▸ What needs to be done: Every entry that appears below is to be output exactly.

▸ Data records:
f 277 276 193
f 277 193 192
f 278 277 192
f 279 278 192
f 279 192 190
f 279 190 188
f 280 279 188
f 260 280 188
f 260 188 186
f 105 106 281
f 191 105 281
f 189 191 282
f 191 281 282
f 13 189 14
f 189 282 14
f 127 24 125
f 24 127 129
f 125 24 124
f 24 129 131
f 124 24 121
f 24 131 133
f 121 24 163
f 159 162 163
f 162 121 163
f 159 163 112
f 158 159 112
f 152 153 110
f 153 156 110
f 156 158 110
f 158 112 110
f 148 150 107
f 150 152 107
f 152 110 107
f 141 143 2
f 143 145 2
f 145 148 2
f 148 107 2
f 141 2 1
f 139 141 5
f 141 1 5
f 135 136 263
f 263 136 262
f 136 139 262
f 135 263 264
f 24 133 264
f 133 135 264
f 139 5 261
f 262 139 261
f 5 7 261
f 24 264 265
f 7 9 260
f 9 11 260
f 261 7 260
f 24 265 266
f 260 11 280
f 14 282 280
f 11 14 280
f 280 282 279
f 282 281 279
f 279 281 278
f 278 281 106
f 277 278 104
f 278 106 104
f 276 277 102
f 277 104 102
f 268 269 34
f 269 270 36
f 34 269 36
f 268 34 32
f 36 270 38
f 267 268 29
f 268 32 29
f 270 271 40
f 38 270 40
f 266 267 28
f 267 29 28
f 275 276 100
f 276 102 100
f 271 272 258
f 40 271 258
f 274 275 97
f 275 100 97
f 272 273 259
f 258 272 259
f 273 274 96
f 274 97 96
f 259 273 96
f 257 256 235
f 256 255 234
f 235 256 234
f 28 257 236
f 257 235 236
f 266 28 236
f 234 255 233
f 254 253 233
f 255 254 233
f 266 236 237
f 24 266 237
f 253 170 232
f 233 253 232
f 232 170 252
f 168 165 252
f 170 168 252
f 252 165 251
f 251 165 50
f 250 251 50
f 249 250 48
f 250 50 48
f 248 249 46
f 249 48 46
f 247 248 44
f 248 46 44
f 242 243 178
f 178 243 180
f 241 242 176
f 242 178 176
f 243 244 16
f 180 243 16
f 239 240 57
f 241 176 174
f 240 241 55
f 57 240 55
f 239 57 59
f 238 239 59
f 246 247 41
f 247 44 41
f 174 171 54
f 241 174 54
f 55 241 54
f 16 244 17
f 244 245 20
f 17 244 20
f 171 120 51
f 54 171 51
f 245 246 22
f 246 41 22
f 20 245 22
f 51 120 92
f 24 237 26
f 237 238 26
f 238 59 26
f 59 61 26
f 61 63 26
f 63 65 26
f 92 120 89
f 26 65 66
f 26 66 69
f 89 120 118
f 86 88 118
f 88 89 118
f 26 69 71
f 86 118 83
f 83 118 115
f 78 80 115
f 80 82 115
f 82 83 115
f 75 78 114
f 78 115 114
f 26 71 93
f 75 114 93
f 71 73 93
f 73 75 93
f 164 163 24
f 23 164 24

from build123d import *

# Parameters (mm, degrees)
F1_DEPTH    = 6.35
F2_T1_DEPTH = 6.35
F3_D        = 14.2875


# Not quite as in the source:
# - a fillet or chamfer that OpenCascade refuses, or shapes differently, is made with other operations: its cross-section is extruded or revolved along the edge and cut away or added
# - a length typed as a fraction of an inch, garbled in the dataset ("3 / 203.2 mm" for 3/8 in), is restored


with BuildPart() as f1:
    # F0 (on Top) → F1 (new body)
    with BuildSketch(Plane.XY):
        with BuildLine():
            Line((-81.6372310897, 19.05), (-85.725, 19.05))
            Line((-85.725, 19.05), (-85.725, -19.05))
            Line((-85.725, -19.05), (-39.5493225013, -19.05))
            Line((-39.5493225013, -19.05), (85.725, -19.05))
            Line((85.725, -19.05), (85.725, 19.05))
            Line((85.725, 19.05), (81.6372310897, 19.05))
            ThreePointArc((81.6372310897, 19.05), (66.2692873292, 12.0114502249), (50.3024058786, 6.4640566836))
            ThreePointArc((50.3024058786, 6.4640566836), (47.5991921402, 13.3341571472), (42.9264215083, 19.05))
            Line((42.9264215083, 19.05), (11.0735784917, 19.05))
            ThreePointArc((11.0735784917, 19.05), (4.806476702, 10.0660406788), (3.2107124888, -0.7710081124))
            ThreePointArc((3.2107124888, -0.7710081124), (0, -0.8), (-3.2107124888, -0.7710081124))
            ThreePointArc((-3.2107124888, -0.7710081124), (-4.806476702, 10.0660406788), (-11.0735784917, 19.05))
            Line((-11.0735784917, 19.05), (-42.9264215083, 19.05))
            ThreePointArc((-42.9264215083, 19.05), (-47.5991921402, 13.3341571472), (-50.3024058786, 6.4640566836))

▸ Exercise output:
f 277 276 193
f 277 193 192
f 278 277 192
f 279 278 192
f 279 192 190
f 279 190 188
f 280 279 188
f 260 280 188
f 260 188 186
f 105 106 281
f 191 105 281
f 189 191 282
f 191 281 282
f 13 189 14
f 189 282 14
f 127 24 125
f 24 127 129
f 125 24 124
f 24 129 131
f 124 24 121
f 24 131 133
f 121 24 163
f 159 162 163
f 162 121 163
f 159 163 112
f 158 159 112
f 152 153 110
f 153 156 110
f 156 158 110
f 158 112 110
f 148 150 107
f 150 152 107
f 152 110 107
f 141 143 2
f 143 145 2
f 145 148 2
f 148 107 2
f 141 2 1
f 139 141 5
f 141 1 5
f 135 136 263
f 263 136 262
f 136 139 262
f 135 263 264
f 24 133 264
f 133 135 264
f 139 5 261
f 262 139 261
f 5 7 261
f 24 264 265
f 7 9 260
f 9 11 260
f 261 7 260
f 24 265 266
f 260 11 280
f 14 282 280
f 11 14 280
f 280 282 279
f 282 281 279
f 279 281 278
f 278 281 106
f 277 278 104
f 278 106 104
f 276 277 102
f 277 104 102
f 268 269 34
f 269 270 36
f 34 269 36
f 268 34 32
f 36 270 38
f 267 268 29
f 268 32 29
f 270 271 40
f 38 270 40
f 266 267 28
f 267 29 28
f 275 276 100
f 276 102 100
f 271 272 258
f 40 271 258
f 274 275 97
f 275 100 97
f 272 273 259
f 258 272 259
f 273 274 96
f 274 97 96
f 259 273 96
f 257 256 235
f 256 255 234
f 235 256 234
f 28 257 236
f 257 235 236
f 266 28 236
f 234 255 233
f 254 253 233
f 255 254 233
f 266 236 237
f 24 266 237
f 253 170 232
f 233 253 232
f 232 170 252
f 168 165 252
f 170 168 252
f 252 165 251
f 251 165 50
f 250 251 50
f 249 250 48
f 250 50 48
f 248 249 46
f 249 48 46
f 247 248 44
f 248 46 44
f 242 243 178
f 178 243 180
f 241 242 176
f 242 178 176
f 243 244 16
f 180 243 16
f 239 240 57
f 241 176 174
f 240 241 55
f 57 240 55
f 239 57 59
f 238 239 59
f 246 247 41
f 247 44 41
f 174 171 54
f 241 174 54
f 55 241 54
f 16 244 17
f 244 245 20
f 17 244 20
f 171 120 51
f 54 171 51
f 245 246 22
f 246 41 22
f 20 245 22
f 51 120 92
f 24 237 26
f 237 238 26
f 238 59 26
f 59 61 26
f 61 63 26
f 63 65 26
f 92 120 89
f 26 65 66
f 26 66 69
f 89 120 118
f 86 88 118
f 88 89 118
f 26 69 71
f 86 118 83
f 83 118 115
f 78 80 115
f 80 82 115
f 82 83 115
f 75 78 114
f 78 115 114
f 26 71 93
f 75 114 93
f 71 73 93
f 73 75 93
f 164 163 24
f 23 164 24

from build123d import *

# Parameters (mm, degrees)
F1_DEPTH    = 6.35
F2_T1_DEPTH = 6.35
F3_D        = 14.2875


# Not quite as in the source:
# - a fillet or chamfer that OpenCascade refuses, or shapes differently, is made with other operations: its cross-section is extruded or revolved along the edge and cut away or added
# - a length typed as a fraction of an inch, garbled in the dataset ("3 / 203.2 mm" for 3/8 in), is restored


with BuildPart() as f1:
    # F0 (on Top) → F1 (new body)
    with BuildSketch(Plane.XY):
        with BuildLine():
            Line((-81.6372310897, 19.05), (-85.725, 19.05))
            Line((-85.725, 19.05), (-85.725, -19.05))
            Line((-85.725, -19.05), (-39.5493225013, -19.05))
            Line((-39.5493225013, -19.05), (85.725, -19.05))
            Line((85.725, -19.05), (85.725, 19.05))
            Line((85.725, 19.05), (81.6372310897, 19.05))
            ThreePointArc((81.6372310897, 19.05), (66.2692873292, 12.0114502249), (50.3024058786, 6.4640566836))
            ThreePointArc((50.3024058786, 6.4640566836), (47.5991921402, 13.3341571472), (42.9264215083, 19.05))
            Line((42.9264215083, 19.05), (11.0735784917, 19.05))
            ThreePointArc((11.0735784917, 19.05), (4.806476702, 10.0660406788), (3.2107124888, -0.7710081124))
            ThreePointArc((3.2107124888, -0.7710081124), (0, -0.8), (-3.2107124888, -0.7710081124))
            ThreePointArc((-3.2107124888, -0.7710081124), (-4.806476702, 10.0660406788), (-11.0735784917, 19.05))
            Line((-11.0735784917, 19.05), (-42.9264215083, 19.05))
            ThreePointArc((-42.9264215083, 19.05), (-47.5991921402, 13.3341571472), (-50.3024058786, 6.4640566836))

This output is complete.